When asked how technology leaders can overcome the challenges faced, he said, on cyber protection, it is unfortunate that digital leadership would face a complex and unceasingly dynamic landscape. It is therefore important to be not just familiar with the People, Process, Technology elements in cyber protection, but also the awareness of the importance of a disruptive technology mind-set in the application and sourcing of game-changing technologies to protect rights and protect better.
On mind-set and culture, it is also unfortunate that business transformation leadership needs to possess multi-faceted skills not just in technical aspects, but the soft skills of gaining buy-in from the most senior level to the operational levels of the organizations. There is no textbook for this and the best way forward is therefore to continuously self-develop one’s business acumen and operational capabilities. Learning how to learn is key. Transformation leaders need to also possess the skill of identifying the strength and weaknesses of people and engineer the placement of right-fitting strengths into the new roles that transformation brings about. For this, there is no bed of roses. Fall out is inevitable along the way since people are primarily wired differently and not all would be able to adapt to the on-going changes.

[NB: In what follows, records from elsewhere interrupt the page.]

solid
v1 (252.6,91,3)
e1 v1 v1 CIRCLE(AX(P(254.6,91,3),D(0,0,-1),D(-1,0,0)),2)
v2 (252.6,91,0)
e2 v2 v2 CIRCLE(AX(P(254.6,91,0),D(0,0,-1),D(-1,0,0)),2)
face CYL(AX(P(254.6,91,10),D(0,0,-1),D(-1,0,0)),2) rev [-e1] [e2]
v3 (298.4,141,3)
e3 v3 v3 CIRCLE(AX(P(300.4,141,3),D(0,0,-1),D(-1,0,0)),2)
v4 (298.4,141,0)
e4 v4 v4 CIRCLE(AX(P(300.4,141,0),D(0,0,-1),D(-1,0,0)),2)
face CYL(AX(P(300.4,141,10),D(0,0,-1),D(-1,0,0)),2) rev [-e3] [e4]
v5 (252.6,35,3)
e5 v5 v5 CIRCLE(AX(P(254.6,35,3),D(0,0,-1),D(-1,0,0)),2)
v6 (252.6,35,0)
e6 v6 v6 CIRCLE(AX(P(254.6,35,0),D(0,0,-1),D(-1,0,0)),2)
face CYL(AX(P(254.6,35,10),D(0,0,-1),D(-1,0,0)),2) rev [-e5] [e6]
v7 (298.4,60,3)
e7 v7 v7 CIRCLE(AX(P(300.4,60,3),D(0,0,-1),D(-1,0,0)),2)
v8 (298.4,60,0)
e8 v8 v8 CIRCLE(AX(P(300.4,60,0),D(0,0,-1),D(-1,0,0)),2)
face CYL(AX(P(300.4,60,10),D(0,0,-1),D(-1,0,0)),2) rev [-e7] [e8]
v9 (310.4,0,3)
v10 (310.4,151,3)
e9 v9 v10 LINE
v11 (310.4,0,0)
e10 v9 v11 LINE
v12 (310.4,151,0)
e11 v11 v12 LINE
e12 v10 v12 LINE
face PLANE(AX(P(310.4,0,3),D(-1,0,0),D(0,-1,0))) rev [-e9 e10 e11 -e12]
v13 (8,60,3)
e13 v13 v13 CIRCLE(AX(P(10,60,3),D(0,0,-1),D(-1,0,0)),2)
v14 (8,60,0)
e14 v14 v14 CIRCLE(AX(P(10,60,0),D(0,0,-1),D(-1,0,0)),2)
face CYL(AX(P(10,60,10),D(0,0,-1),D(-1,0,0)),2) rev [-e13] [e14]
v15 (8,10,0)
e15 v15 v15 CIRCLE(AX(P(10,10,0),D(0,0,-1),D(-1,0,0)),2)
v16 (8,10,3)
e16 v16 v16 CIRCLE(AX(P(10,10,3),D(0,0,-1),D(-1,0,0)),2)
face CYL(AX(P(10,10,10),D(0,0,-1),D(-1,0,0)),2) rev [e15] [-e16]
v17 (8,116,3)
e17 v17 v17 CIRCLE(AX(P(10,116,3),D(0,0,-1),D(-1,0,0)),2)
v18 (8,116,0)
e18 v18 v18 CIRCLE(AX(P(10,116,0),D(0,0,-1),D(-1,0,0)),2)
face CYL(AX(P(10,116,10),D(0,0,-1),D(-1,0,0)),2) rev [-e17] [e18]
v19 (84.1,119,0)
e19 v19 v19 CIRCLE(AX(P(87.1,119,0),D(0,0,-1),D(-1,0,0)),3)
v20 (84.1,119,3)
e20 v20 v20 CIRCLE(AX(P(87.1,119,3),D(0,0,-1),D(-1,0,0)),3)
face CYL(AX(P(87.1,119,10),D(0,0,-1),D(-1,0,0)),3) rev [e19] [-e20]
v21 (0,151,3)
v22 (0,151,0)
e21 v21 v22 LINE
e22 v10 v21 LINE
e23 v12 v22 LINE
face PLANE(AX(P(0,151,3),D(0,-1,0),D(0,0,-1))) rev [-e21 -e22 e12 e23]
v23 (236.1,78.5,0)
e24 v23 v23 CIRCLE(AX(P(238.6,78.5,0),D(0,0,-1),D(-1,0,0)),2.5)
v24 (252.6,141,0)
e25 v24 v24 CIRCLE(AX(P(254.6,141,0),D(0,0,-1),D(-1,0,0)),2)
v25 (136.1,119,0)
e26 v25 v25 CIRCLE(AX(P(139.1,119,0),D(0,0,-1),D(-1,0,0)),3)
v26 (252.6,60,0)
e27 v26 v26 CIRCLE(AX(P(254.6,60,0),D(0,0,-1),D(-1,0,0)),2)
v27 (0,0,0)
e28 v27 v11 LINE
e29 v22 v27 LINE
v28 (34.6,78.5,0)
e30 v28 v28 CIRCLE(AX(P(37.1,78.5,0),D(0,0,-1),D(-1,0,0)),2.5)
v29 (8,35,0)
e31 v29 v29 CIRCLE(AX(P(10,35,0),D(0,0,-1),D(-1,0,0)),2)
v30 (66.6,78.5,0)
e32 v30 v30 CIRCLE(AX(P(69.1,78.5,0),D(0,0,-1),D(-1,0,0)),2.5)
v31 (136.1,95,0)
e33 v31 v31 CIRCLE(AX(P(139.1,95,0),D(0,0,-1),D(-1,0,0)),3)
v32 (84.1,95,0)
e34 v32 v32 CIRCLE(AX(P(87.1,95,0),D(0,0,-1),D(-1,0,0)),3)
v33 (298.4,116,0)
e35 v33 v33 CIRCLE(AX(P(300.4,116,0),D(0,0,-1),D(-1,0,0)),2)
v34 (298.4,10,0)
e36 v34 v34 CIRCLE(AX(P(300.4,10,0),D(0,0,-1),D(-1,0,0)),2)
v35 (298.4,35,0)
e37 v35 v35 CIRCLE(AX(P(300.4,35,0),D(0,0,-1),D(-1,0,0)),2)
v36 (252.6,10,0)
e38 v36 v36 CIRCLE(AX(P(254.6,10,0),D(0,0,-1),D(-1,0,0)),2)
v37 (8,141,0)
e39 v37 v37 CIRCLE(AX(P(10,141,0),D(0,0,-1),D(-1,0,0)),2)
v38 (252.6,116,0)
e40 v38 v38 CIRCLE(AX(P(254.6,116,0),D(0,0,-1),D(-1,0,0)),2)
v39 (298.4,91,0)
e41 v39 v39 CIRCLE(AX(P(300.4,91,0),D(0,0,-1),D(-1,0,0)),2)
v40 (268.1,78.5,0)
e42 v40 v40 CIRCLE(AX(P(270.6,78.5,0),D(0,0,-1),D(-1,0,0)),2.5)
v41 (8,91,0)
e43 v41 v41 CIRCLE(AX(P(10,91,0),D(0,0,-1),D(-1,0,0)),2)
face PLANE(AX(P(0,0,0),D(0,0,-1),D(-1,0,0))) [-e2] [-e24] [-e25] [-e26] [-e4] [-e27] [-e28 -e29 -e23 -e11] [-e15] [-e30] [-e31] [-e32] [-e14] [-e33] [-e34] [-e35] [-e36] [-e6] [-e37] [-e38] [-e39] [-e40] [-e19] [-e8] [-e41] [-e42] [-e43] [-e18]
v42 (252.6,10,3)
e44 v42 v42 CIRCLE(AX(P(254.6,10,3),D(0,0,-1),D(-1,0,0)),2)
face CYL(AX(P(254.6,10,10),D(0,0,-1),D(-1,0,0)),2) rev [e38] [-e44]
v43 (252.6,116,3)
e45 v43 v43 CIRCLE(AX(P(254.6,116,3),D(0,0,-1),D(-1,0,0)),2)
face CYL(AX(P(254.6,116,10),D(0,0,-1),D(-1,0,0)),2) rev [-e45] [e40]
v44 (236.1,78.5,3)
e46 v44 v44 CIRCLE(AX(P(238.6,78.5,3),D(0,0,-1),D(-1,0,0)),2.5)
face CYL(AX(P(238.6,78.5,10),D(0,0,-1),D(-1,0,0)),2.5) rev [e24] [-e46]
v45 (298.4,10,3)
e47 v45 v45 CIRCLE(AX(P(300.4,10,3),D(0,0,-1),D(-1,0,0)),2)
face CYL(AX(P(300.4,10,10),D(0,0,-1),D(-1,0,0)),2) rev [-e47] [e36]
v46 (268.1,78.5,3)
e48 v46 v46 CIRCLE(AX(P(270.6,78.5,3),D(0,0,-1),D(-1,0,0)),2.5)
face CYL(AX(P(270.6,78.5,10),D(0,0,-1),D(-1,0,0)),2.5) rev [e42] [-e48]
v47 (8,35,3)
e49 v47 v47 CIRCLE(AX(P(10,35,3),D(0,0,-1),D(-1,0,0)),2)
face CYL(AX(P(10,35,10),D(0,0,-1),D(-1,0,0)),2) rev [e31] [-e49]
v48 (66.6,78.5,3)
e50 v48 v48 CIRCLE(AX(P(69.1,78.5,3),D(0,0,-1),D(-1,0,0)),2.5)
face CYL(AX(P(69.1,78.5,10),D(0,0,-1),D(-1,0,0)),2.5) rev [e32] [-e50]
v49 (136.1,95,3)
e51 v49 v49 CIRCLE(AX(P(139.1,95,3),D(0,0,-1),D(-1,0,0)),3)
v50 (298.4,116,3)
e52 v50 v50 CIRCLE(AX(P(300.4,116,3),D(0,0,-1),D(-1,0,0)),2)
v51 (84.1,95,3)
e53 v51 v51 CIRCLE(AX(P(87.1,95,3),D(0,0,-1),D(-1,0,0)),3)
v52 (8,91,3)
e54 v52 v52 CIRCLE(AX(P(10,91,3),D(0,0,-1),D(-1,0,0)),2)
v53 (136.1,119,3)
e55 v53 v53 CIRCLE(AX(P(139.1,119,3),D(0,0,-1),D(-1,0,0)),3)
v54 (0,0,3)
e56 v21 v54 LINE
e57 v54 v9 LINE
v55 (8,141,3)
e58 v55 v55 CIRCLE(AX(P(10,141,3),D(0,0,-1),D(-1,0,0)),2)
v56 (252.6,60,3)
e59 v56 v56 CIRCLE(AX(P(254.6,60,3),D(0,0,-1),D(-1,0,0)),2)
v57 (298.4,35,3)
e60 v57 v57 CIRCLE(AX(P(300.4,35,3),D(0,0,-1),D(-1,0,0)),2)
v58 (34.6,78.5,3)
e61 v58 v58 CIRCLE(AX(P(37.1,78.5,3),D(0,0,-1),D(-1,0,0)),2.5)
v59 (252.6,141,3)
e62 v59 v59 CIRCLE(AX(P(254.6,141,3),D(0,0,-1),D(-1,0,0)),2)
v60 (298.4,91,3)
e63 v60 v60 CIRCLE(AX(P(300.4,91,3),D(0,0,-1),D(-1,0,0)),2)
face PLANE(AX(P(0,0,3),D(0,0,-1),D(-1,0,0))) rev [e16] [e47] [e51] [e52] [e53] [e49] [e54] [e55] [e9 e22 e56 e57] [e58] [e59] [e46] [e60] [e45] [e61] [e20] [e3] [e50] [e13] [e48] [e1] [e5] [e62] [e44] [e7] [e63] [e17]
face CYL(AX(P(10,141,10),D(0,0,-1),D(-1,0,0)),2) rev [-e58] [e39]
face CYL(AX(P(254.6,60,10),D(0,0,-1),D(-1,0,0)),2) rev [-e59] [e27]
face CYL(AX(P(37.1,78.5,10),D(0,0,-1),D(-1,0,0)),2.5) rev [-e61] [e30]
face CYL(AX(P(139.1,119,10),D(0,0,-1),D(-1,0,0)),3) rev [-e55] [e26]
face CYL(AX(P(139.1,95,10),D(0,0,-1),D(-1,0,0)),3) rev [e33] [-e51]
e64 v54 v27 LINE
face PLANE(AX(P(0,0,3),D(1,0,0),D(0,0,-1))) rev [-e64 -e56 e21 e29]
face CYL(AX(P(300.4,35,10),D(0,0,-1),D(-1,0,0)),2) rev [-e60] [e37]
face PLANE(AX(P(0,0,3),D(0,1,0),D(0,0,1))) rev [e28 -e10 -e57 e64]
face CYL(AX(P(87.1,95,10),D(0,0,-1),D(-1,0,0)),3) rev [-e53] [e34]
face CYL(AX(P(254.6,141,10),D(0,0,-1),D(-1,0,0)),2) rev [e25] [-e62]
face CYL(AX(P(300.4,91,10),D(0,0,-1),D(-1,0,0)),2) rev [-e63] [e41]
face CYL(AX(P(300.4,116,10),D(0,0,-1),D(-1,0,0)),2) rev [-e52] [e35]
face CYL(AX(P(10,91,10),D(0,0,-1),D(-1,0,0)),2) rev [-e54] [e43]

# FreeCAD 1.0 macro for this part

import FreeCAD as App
import Part
import Sketcher
from FreeCAD import Vector
Q = App.Units.Quantity

doc = App.newDocument("Part")
body = doc.addObject("PartDesign::Body", "Body")

# Sketch on XY plane
sketch1 = body.newObject("Sketcher::SketchObject", "Sketch")
sketch1.AttachmentSupport = (doc.getObject("XY_Plane"), [""])
sketch1.MapMode = "FlatFace"
sketch1.addGeometry(Part.LineSegment(Vector(0, 151, 0), Vector(0, 0, 0)), False)
sketch1.addGeometry(Part.LineSegment(Vector(0, 0, 0), Vector(310.4, 0, 0)), False)
sketch1.addGeometry(Part.LineSegment(Vector(310.4, 0, 0), Vector(310.4, 151, 0)), False)
sketch1.addGeometry(Part.LineSegment(Vector(310.4, 151, 0), Vector(0, 151, 0)), False)
sketch1.addConstraint(Sketcher.Constraint("Coincident", 0, 2, 1, 1))
sketch1.addConstraint(Sketcher.Constraint("Coincident", 1, 2, 2, 1))
sketch1.addConstraint(Sketcher.Constraint("Coincident", 2, 2, 3, 1))
sketch1.addConstraint(Sketcher.Constraint("Coincident", 3, 2, 0, 1))
sketch1.addConstraint(Sketcher.Constraint("Vertical", 0))
sketch1.addConstraint(Sketcher.Constraint("Horizontal", 1))
sketch1.addConstraint(Sketcher.Constraint("Vertical", 2))
sketch1.addConstraint(Sketcher.Constraint("Horizontal", 3))
sketch1.addConstraint(Sketcher.Constraint("Coincident", 0, 2, -1, 1))
sketch1.addConstraint(Sketcher.Constraint("DistanceY", 0, 2, 0, 1, Q("151 mm")))
sketch1.addConstraint(Sketcher.Constraint("DistanceX", 1, 1, 1, 2, Q("310.4 mm")))
pad1 = body.newObject("PartDesign::Pad", "Pad")
pad1.Profile = sketch1
pad1.Length = 3

# Sketch on XY plane
sketch2 = body.newObject("Sketcher::SketchObject", "Sketch001")
sketch2.AttachmentSupport = (doc.getObject("XY_Plane"), [""])
sketch2.MapMode = "FlatFace"
sketch2.addGeometry(Part.Circle(Vector(300.4, 116, 0), Vector(0, 0, 1), 2), False)
sketch2.addGeometry(Part.Circle(Vector(300.4, 141, 0), Vector(0, 0, 1), 2), False)
sketch2.addGeometry(Part.Circle(Vector(300.4, 60, 0), Vector(0, 0, 1), 2), False)
sketch2.addGeometry(Part.Circle(Vector(300.4, 91, 0), Vector(0, 0, 1), 2), False)
sketch2.addGeometry(Part.Circle(Vector(300.4, 35, 0), Vector(0, 0, 1), 2), False)
sketch2.addGeometry(Part.Circle(Vector(300.4, 10, 0), Vector(0, 0, 1), 2), False)
sketch2.addGeometry(Part.Circle(Vector(10, 141, 0), Vector(0, 0, 1), 2), False)
sketch2.addGeometry(Part.Circle(Vector(10, 116, 0), Vector(0, 0, 1), 2), False)
sketch2.addGeometry(Part.Circle(Vector(10, 91, 0), Vector(0, 0, 1), 2), False)
sketch2.addGeometry(Part.Circle(Vector(10, 60, 0), Vector(0, 0, 1), 2), False)
sketch2.addGeometry(Part.Circle(Vector(10, 35, 0), Vector(0, 0, 1), 2), False)
sketch2.addGeometry(Part.Circle(Vector(10, 10, 0), Vector(0, 0, 1), 2), False)
sketch2.addConstraint(Sketcher.Constraint("Equal", 0, 1))
sketch2.addConstraint(Sketcher.Constraint("Equal", 1, 2))
sketch2.addConstraint(Sketcher.Constraint("Equal", 2, 3))
sketch2.addConstraint(Sketcher.Constraint("Equal", 3, 4))
sketch2.addConstraint(Sketcher.Constraint("Equal", 4, 5))
sketch2.addConstraint(Sketcher.Constraint("Equal", 5, 6))
sketch2.addConstraint(Sketcher.Constraint("Equal", 6, 7))
sketch2.addConstraint(Sketcher.Constraint("Equal", 7, 8))
sketch2.addConstraint(Sketcher.Constraint("Equal", 8, 9))
sketch2.addConstraint(Sketcher.Constraint("Equal", 9, 10))
sketch2.addConstraint(Sketcher.Constraint("Equal", 10, 11))
sketch2.addConstraint(Sketcher.Constraint("Horizontal", 1, 3, 6, 3))
sketch2.addConstraint(Sketcher.Constraint("Horizontal", 0, 3, 7, 3))
sketch2.addConstraint(Sketcher.Constraint("Horizontal", 3, 3, 8, 3))
sketch2.addConstraint(Sketcher.Constraint("Horizontal", 2, 3, 9, 3))
sketch2.addConstraint(Sketcher.Constraint("Horizontal", 4, 3, 10, 3))
sketch2.addConstraint(Sketcher.Constraint("Horizontal", 5, 3, 11, 3))
sketch2.addConstraint(Sketcher.Constraint("Vertical", 0, 3, 1, 3))
sketch2.addConstraint(Sketcher.Constraint("Vertical", 1, 3, 2, 3))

When asked about best practices/industry trends/advice he would like to suggest to fellow technology leaders for their successful professional journeys, he said, to continuously upgrade and learn not just technical capabilities from the practitioner’s angle, and to continue to sharpen one’s business acumen and soft skills via practices whenever there is an opportunity to learn via new responsibilities and new roles. To be able to see one’s responsibility not just from a “job” view, but a “business” perspective is the key. It is important to understand that scoring internal efficiency and cost-saving KPIs managing multi-million-dollar projects is not comparable to developing new businesses securing its first thousand-dollar order from the market. The latter calls for a much broader, multi-faceted techno business mind-set and soft skills that goes beyond just operational management
He highlighted today’s world is becoming unprecedentedly much smaller due to advancements in technologies and connectivity. It is quite impossible to find something that one is working on and no one else is. It is therefore important to have an evolving and innovative mind-set, constantly in search of disruptive paradigm to create new blue oceans, continue to cannibalize one’s propositions before someone else would do it upon us. It would be too late when a business asks, “Who moves my cheese?” It is always about the relentless and unceasing search for outside-the-box paradigms to achieve sustainable business propositions in today’s dynamic and constantly disrupted business landscape. Again, there is no text-book for such skill and mind-set. We can’t Google to learn cycling. We just need to constantly feel it, practice it, and acquire the acumen first-hand.
Disclaimer: The information and opinions expressed in this interview are solely those of the interviewee and not necessarily those of BH Global Corporation Ltd nor Athena Dynamics Pte Ltd. Neither BH Global Corporation Ltd, Athena Dynamics Pte Ltd nor the interviewee guarantees the accuracy or reliability of the information provided herein.